The average patient list per doctor is said to be in the region of 1,800 patients. However, my experience of working in a registration department suggests that around 600 patients may have moved on, unknown to the practice, or be in the process of registering elsewhere. The NHS income from 600 patients is significant so steps to remove, dare I call it, ‘dead wood’ should not be taken lightly. There’s always natural migration taking place but it does take time for practice lists to catch up with the changes.
Ghosts in limbo
No register of patients is ever going to be perfect as patients are born, live and die all the time. Patients also change their names and their addresses, so there are always patients sitting in a ‘registration limbo’. The question is, do you actively tackle the so-called ‘ghosts’? In the past, the level of ‘gone away’ patients often came to light when notices about the retirement of doctors were sent out to patients or households by the forerunner of the PCSE. The returned undelivered letters would result in green FP69 cards being sent to practices and a six-month window was, and still is, permitted in order to trace the patient or reaffirm that they still lived at the same address.
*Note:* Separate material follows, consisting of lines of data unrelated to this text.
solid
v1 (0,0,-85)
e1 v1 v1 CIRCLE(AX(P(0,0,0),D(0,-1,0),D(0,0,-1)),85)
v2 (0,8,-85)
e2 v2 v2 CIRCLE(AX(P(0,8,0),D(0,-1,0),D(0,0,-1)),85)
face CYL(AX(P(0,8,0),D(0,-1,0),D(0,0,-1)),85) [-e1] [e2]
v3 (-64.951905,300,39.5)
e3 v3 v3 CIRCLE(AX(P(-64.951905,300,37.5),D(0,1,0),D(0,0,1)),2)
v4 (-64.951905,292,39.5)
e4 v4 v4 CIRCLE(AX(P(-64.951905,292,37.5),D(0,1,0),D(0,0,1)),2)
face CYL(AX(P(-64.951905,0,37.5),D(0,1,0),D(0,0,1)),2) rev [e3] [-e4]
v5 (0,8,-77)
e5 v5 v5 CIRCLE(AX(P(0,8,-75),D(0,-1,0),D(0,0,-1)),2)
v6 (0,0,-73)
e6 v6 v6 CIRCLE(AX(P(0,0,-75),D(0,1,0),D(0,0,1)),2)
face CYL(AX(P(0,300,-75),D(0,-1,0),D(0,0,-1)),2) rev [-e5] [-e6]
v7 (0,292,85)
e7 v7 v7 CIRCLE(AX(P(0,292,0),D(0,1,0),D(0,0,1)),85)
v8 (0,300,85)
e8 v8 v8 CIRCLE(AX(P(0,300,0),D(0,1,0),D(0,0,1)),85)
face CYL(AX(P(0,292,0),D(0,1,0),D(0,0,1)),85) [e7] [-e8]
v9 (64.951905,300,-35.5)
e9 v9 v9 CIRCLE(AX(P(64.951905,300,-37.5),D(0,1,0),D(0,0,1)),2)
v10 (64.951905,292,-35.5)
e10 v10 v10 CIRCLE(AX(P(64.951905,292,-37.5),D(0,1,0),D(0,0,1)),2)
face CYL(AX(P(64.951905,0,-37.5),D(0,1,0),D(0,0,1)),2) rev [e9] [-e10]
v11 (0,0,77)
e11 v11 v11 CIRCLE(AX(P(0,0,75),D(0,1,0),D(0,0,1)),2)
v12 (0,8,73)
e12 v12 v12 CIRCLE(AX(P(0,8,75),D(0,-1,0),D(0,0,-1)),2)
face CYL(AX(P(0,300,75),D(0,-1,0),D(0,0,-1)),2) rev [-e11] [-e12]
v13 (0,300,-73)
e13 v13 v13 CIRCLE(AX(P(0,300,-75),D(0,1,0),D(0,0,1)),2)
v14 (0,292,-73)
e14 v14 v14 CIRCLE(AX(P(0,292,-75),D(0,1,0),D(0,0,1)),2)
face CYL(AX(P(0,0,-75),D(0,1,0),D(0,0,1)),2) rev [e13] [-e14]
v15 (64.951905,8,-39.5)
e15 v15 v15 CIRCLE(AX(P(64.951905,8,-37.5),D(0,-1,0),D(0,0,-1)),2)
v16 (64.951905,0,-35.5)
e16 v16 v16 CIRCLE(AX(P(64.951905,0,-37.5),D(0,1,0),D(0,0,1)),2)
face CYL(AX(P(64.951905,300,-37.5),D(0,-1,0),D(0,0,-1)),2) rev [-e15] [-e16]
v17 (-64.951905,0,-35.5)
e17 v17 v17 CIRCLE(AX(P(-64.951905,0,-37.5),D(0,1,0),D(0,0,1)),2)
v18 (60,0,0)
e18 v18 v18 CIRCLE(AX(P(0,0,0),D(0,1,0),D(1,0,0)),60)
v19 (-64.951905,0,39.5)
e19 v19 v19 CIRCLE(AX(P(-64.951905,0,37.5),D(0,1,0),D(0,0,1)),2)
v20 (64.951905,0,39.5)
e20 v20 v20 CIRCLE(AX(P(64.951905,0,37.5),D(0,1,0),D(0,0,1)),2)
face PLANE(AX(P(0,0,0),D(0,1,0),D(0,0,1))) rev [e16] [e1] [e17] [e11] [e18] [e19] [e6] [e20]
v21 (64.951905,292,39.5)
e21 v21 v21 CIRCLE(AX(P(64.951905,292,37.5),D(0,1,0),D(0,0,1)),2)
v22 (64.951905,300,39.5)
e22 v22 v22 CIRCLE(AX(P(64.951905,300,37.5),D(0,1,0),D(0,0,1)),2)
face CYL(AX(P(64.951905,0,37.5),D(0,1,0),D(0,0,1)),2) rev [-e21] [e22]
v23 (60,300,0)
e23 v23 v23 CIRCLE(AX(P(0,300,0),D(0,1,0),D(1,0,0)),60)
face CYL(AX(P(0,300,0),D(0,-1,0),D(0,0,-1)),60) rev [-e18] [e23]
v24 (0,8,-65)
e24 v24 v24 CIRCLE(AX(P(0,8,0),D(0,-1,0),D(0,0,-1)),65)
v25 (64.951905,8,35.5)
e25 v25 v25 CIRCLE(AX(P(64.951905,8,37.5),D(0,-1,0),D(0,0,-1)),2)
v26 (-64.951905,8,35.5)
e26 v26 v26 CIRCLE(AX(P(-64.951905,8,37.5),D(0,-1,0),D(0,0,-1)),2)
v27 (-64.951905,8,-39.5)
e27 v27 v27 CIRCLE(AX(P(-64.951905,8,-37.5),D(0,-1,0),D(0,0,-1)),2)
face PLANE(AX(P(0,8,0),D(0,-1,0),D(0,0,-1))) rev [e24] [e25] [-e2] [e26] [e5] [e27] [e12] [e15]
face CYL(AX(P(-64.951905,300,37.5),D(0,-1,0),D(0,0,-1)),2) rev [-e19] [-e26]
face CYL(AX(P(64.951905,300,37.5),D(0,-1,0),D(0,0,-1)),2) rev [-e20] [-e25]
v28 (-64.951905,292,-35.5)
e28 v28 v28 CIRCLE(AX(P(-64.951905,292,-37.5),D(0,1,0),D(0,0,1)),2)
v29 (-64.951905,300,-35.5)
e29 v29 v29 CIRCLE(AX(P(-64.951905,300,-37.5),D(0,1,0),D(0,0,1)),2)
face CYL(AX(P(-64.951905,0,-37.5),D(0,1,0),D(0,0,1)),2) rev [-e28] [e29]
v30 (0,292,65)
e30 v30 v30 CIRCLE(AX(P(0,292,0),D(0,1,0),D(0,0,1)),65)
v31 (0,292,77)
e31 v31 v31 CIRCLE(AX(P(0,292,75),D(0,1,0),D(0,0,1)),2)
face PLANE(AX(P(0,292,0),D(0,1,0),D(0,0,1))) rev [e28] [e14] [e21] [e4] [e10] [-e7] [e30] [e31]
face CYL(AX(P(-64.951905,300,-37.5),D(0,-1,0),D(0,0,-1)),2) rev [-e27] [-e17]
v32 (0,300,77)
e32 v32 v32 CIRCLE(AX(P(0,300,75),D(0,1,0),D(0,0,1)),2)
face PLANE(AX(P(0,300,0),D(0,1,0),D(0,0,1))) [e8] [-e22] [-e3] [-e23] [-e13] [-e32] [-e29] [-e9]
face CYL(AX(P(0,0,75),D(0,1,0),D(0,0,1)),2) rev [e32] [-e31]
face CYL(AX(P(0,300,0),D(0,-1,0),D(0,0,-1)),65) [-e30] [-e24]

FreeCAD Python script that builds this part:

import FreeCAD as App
import Part
import Sketcher

V = App.Vector
Q = App.Units.Quantity

doc = App.newDocument("Part")
params = doc.addObject("Spreadsheet::Sheet", "Params")
for row, (alias, value) in enumerate([
    ("sketch1_diameter", "130 mm"),
    ("sketch1_diameter2", "120 mm"),
    ("pad1_length", "300 mm"),
    ("sketch2_diameter", "170 mm"),
    ("sketch2_diameter2", "130 mm"),
    ("pad2_length", "8 mm"),
    ("sketch3_diameter", "4 mm"),
    ("sketch4_diameter", "170 mm"),
    ("sketch4_diameter2", "130 mm"),
    ("pad3_length", "8 mm"),
    ("sketch5_diameter", "4 mm"),
], start=1):
    params.set(f"A{row}", alias)
    params.set(f"B{row}", "=" + value)
    params.setAlias(f"B{row}", alias)

body = doc.addObject("PartDesign::Body", "Body")

# Sketch on XZ plane
sketch1 = doc.addObject("Sketcher::SketchObject", "Sketch")
body.addObject(sketch1)
sketch1.AttachmentSupport = (doc.XZ_Plane, [""])
sketch1.MapMode = "FlatFace"
sketch1.addGeometry(Part.Circle(V(0, 0, 0), V(0, 0, 1), 65), False)
sketch1.addGeometry(Part.Circle(V(0, 0, 0), V(0, 0, 1), 60), False)
sketch1.addConstraint(Sketcher.Constraint("Coincident", 0, 3, -1, 1))
sketch1.addConstraint(Sketcher.Constraint("Coincident", 1, 3, -1, 1))
sketch1.addConstraint(Sketcher.Constraint("Diameter", 0, Q("130 mm")))
sketch1.addConstraint(Sketcher.Constraint("Diameter", 1, Q("120 mm")))
sketch1.setExpression("Constraints[2]", "Params.sketch1_diameter")
sketch1.setExpression("Constraints[3]", "Params.sketch1_diameter2")
pad1 = doc.addObject("PartDesign::Pad", "Pad")
body.addObject(pad1)
pad1.Profile = sketch1
pad1.setExpression("Length", "Params.pad1_length")
pad1.Reversed = True

# Sketch on XZ plane
sketch2 = doc.addObject("Sketcher::SketchObject", "Sketch001")
body.addObject(sketch2)
sketch2.AttachmentSupport = (doc.XZ_Plane, [""])
sketch2.MapMode = "FlatFace"
sketch2.AttachmentOffset = App.Placement(V(0, 0, -300), App.Rotation())
sketch2.addGeometry(Part.Circle(V(0, 0, 0), V(0, 0, 1), 85), False)
sketch2.addGeometry(Part.Circle(V(0, 0, 0), V(0, 0, 1), 65), False)
sketch2.addConstraint(Sketcher.Constraint("Coincident", 0, 3, -1, 1))
sketch2.addConstraint(Sketcher.Constraint("Coincident", 1, 3, -1, 1))
sketch2.addConstraint(Sketcher.Constraint("Diameter", 0, Q("170 mm")))
sketch2.addConstraint(Sketcher.Constraint("Diameter", 1, Q("130 mm")))
sketch2.setExpression("Constraints[2]", "Params.sketch2_diameter")
sketch2.setExpression("Constraints[3]", "Params.sketch2_diameter2")
pad2 = doc.addObject("PartDesign::Pad", "Pad001")
body.addObject(pad2)
pad2.Profile = sketch2
pad2.setExpression("Length", "Params.pad2_length")

# Sketch on XZ plane
sketch3 = doc.addObject("Sketcher::SketchObject", "Sketch002")
body.addObject(sketch3)
sketch3.AttachmentSupport = (doc.XZ_Plane, [""])
sketch3.MapMode = "FlatFace"
sketch3.AttachmentOffset = App.Placement(V(0, 0, -300), App.Rotation())
sketch3.addGeometry(Part.Circle(V(0, -75, 0), V(0, 0, 1), 2), False)
sketch3.addGeometry(Part.Circle(V(64.951905, -37.5, 0), V(0, 0, 1), 2), False)
sketch3.addGeometry(Part.Circle(V(64.951905, 37.5, 0), V(0, 0, 1), 2), False)
sketch3.addGeometry(Part.Circle(V(0, 75, 0), V(0, 0, 1), 2), False)
sketch3.addGeometry(Part.Circle(V(-64.951905, 37.5, 0), V(0, 0, 1), 2), False)
sketch3.addGeometry(Part.Circle(V(-64.951905, -37.5, 0), V(0, 0, 1), 2), False)
sketch3.addConstraint(Sketcher.Constraint("Equal", 0, 1))
sketch3.addConstraint(Sketcher.Constraint("Equal", 1, 2))
sketch3.addConstraint(Sketcher.Constraint("Equal", 2, 3))
sketch3.addConstraint(Sketcher.Constraint("Equal", 3, 4))
sketch3.addConstraint(Sketcher.Constraint("Equal", 4, 5))
sketch3.addConstraint(Sketcher.Constraint("Symmetric", 0, 3, 3, 3, -1, 1))
sketch3.addConstraint(Sketcher.Constraint("Symmetric", 1, 3, 4, 3, -1, 1))
sketch3.addConstraint(Sketcher.Constraint("Symmetric", 2, 3, 5, 3, -1, 1))
sketch3.addConstraint(Sketcher.Constraint("Symmetric", 2, 3, 4, 3, -2))
sketch3.addConstraint(Sketcher.Constraint("PointOnObject", 0, 3, -2))
sketch3.addConstraint(Sketcher.Constraint("Diameter", 0, Q("4 mm")))
sketch3.addConstraint(Sketcher.Constraint("DistanceY", 0, 3, -1, 1, Q("75 mm")))
sketch3.addConstraint(Sketcher.Constraint("DistanceY", 1, 3, 2, 3, Q("75 mm")))
sketch3.addConstraint(Sketcher.Constraint("DistanceX", 4, 3, 2, 3, Q("129.903811 mm")))
sketch3.setExpression("Constraints[10]", "Params.sketch3_diameter")
pocket1 = doc.addObject("PartDesign::Pocket", "Pocket")
body.addObject(pocket1)
pocket1.Profile = sketch3
pocket1.Type = "ThroughAll"
pocket1.Reversed = True

# Sketch on XZ plane
sketch4 = doc.addObject("Sketcher::SketchObject", "Sketch003")
body.addObject(sketch4)
sketch4.AttachmentSupport = (doc.XZ_Plane, [""])
sketch4.MapMode = "FlatFace"
sketch4.addGeometry(Part.Circle(V(0, 0, 0), V(0, 0, 1), 85), False)
sketch4.addGeometry(Part.Circle(V(0, 0, 0), V(0, 0, 1), 65), False)
sketch4.addConstraint(Sketcher.Constraint("Coincident", 0, 3, -1, 1))
sketch4.addConstraint(Sketcher.Constraint("Coincident", 1, 3, -1, 1))
sketch4.addConstraint(Sketcher.Constraint("Diameter", 0, Q("170 mm")))
sketch4.addConstraint(Sketcher.Constraint("Diameter", 1, Q("130 mm")))
sketch4.setExpression("Constraints[2]", "Params.sketch4_diameter")
sketch4.setExpression("Constraints[3]", "Params.sketch4_diameter2")
pad3 = doc.addObject("PartDesign::Pad", "Pad002")
body.addObject(pad3)
pad3.Profile = sketch4
pad3.setExpression("Length", "Params.pad3_length")
pad3.Reversed = True

# Sketch on XZ plane
sketch5 = doc.addObject("Sketcher::SketchObject", "Sketch004")
body.addObject(sketch5)
sketch5.AttachmentSupport = (doc.XZ_Plane, [""])
sketch5.MapMode = "FlatFace"
sketch5.addGeometry(Part.Circle(V(0, 75, 0), V(0, 0, 1), 2), False)
sketch5.addGeometry(Part.Circle(V(64.951905, 37.5, 0), V(0, 0, 1), 2), False)
sketch5.addGeometry(Part.Circle(V(64.951905, -37.5, 0), V(0, 0, 1), 2), False)
sketch5.addGeometry(Part.Circle(V(0, -75, 0), V(0, 0, 1), 2), False)
sketch5.addGeometry(Part.Circle(V(-64.951905, -37.5, 0), V(0, 0, 1), 2), False)
sketch5.addGeometry(Part.Circle(V(-64.951905, 37.5, 0), V(0, 0, 1), 2), False)
sketch5.addConstraint(Sketcher.Constraint("Equal", 0, 1))
sketch5.addConstraint(Sketcher.Constraint("Equal", 1, 2))
sketch5.addConstraint(Sketcher.Constraint("Equal", 2, 3))
sketch5.addConstraint(Sketcher.Constraint("Equal", 3, 4))
sketch5.addConstraint(Sketcher.Constraint("Equal", 4, 5))
sketch5.addConstraint(Sketcher.Constraint("Symmetric", 0, 3, 3, 3, -1, 1))
sketch5.addConstraint(Sketcher.Constraint("Symmetric", 1, 3, 4, 3, -1, 1))
sketch5.addConstraint(Sketcher.Constraint("Symmetric", 2, 3, 5, 3, -1, 1))
sketch5.addConstraint(Sketcher.Constraint("Symmetric", 2, 3, 4, 3, -2))
sketch5.addConstraint(Sketcher.Constraint("PointOnObject", 0, 3, -2))
sketch5.addConstraint(Sketcher.Constraint("Diameter", 0, Q("4 mm")))
sketch5.addConstraint(Sketcher.Constraint("DistanceY", -1, 1, 0, 3, Q("75 mm")))
sketch5.addConstraint(Sketcher.Constraint("DistanceY", 2, 3, 1, 3, Q("75 mm")))
sketch5.addConstraint(Sketcher.Constraint("DistanceX", 4, 3, 2, 3, Q("129.903811 mm")))
sketch5.setExpression("Constraints[10]", "Params.sketch5_diameter")
pocket2 = doc.addObject("PartDesign::Pocket", "Pocket001")
body.addObject(pocket2)
pocket2.Profile = sketch5
pocket2.Type = "ThroughAll"
pocket2.Midplane = True

doc.recompute()
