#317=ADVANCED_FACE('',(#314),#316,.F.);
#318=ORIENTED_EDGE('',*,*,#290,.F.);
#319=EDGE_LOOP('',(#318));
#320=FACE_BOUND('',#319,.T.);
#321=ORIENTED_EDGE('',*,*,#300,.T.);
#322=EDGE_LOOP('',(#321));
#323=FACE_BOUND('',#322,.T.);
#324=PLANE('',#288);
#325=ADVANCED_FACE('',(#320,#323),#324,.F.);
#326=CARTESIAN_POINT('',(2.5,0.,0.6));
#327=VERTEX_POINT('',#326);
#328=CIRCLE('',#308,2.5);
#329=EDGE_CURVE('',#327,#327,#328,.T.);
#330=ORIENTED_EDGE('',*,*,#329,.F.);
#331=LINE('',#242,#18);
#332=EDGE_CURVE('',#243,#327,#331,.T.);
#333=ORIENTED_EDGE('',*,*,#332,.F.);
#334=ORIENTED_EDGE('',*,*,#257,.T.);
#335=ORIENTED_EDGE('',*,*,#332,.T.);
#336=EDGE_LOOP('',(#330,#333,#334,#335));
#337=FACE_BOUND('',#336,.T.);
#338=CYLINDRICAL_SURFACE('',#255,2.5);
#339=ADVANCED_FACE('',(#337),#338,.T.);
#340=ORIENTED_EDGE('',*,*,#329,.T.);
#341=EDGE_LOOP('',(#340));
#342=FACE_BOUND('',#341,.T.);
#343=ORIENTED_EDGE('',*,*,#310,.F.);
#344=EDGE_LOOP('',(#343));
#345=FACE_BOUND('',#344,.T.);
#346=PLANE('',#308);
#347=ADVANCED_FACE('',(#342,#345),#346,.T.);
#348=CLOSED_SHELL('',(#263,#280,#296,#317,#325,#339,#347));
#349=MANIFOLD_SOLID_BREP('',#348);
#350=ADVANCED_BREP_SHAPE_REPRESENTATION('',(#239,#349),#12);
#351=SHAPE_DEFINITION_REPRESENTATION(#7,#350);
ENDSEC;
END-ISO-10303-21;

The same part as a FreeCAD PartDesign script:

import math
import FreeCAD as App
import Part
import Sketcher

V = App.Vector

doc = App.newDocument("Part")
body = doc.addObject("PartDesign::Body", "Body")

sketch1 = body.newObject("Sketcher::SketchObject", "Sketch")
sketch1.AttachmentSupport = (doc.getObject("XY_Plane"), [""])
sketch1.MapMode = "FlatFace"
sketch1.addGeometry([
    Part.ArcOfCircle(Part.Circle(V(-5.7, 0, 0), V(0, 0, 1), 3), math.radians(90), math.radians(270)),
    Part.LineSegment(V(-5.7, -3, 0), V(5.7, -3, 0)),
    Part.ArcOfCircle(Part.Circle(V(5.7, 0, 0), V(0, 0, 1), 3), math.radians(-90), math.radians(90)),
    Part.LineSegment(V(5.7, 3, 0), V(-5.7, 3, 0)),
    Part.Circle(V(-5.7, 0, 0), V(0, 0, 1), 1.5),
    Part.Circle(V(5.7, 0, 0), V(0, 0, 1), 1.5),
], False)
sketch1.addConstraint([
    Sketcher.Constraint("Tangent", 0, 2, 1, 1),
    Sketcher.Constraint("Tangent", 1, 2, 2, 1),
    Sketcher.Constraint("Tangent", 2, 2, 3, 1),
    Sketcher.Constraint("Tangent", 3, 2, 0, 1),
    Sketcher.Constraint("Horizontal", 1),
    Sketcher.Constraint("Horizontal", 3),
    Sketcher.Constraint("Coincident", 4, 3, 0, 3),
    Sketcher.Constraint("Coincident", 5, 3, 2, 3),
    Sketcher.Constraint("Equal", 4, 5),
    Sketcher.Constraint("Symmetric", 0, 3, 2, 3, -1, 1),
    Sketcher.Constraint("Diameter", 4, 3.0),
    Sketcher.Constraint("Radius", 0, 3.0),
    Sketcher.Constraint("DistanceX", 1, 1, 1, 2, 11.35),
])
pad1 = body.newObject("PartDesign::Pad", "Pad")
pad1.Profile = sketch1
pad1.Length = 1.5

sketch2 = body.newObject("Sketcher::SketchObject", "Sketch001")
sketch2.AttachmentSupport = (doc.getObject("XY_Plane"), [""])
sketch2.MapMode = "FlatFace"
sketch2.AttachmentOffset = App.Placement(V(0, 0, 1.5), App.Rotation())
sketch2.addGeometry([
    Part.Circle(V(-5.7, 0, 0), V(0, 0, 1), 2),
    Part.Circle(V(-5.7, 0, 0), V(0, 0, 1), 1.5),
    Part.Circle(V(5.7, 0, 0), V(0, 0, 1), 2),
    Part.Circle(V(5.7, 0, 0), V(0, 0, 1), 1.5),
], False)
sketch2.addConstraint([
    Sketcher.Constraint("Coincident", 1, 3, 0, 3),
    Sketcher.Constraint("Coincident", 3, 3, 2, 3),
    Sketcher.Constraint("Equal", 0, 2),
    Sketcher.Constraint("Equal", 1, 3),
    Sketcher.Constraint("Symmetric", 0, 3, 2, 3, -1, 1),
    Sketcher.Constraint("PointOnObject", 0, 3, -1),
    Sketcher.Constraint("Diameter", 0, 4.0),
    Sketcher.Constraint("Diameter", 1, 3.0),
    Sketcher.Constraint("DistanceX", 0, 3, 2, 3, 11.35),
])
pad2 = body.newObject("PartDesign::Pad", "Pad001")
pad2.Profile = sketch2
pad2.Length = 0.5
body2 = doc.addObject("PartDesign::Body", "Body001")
‘I told you I was ill’ – Spike Milligan’s epitaph
There’s no requirement on a patient to be ill. But, of course, these days there are all sorts of interventions that might involve contacting a patient to offer different types of screening and immunisation. If there’s no reply or the letters are returned as ‘gone away’, it’s likely that steps will be taken to remove the patient from the practice list.
Death whilst abroad
There can be many reasons why a patient doesn’t respond. The patient might have died while abroad. There would be no report to HM Coroner and no UK death certificate. The patient might have moved to a new address outside or inside the practice area. You need to look at when the patient last attended the practice and then see if there are other family members in the same household. The patient might have changed their surname or been adopted. Sometimes there are duplicate registrations as patients’ forenames and surnames might have become muddled. Drug addicts, for instance, might register using aliases. Another problem is incorrect or incomplete addresses. For instance, all patients living in the same nursing home should be registered using precisely the same address. Young people, and sometimes not-so-young people, go to university.
Another problem area, recently highlighted on the Forum, is the failure – if it can be called that – of parents to register their newborn children. Remember that the use of forenames, middle names and surnames or family names can be different in ethnic groups to such an extent that the male family members may have one surname and the female members might have a different surname. Greater complications occur when patients with the same name live in the same household. It’s also important that patients with similar or the same names have the correct date of birth recorded. Sometimes the date of birth is assumed, as the birth date wasn’t registered in the patient’s home country.
Removal at doctor’s request
Patients can be removed if the patient-doctor relationship has broken down or the patient has been reported to the police for violent or threatening behaviour. NHS England have made it more and more difficult for practices to remove patients as warning letters need to be sent to patients followed by a seven-day removal process. Practices who want to close their list to new patients or reduce their practice area have also found this difficult. Of course, at one time doctors were paid capitation fees for each patient. It was therefore unlikely that practices would willingly inform an FPC or FHSA that a patient had ‘gone away’. One registrar at an executive council used to study the obituaries in the local newspapers and remove patients before they were buried.
Validation of practice list
The willingness these days to report ‘gone away’ or non-responsive patients has been brought about by the current payments systems. Targets might not be met if patients do not comply. Patients might be removed for choosing not to have cancer screening tests. To my mind, it doesn’t make the removal of a patient right just because they choose not to respond. I would urge practices to think twice before removing patients. Instead, carry out reasonable checks on the validity of patient data. You can search to see whether postcodes or telephone numbers are missing. Check your database for duplicate names. You can check for patients who haven’t attended the practice for, say, three or five years. You could look at patients aged 80 or over. Have they moved into residential homes? You could also look at patients who might be studying away from home. Are you treating university students returning home for their holidays as temporary patients? Your validation check reports could be kept to show CQC inspectors as they might wish to know what steps you’re taking to validate your practice list. Curiously, I once found that patients in their mid-fifties were disappearing off the list. I think it was to Spain – tax avoidance.
All in all, practices should be careful about deliberately taking action to reduce their list size. GP contract payments still use practice list size to calculate the global sum. While QOF payments might be affected by the reluctance of patients to comply, the loss of income would be far greater if non-compliant patients were actively removed.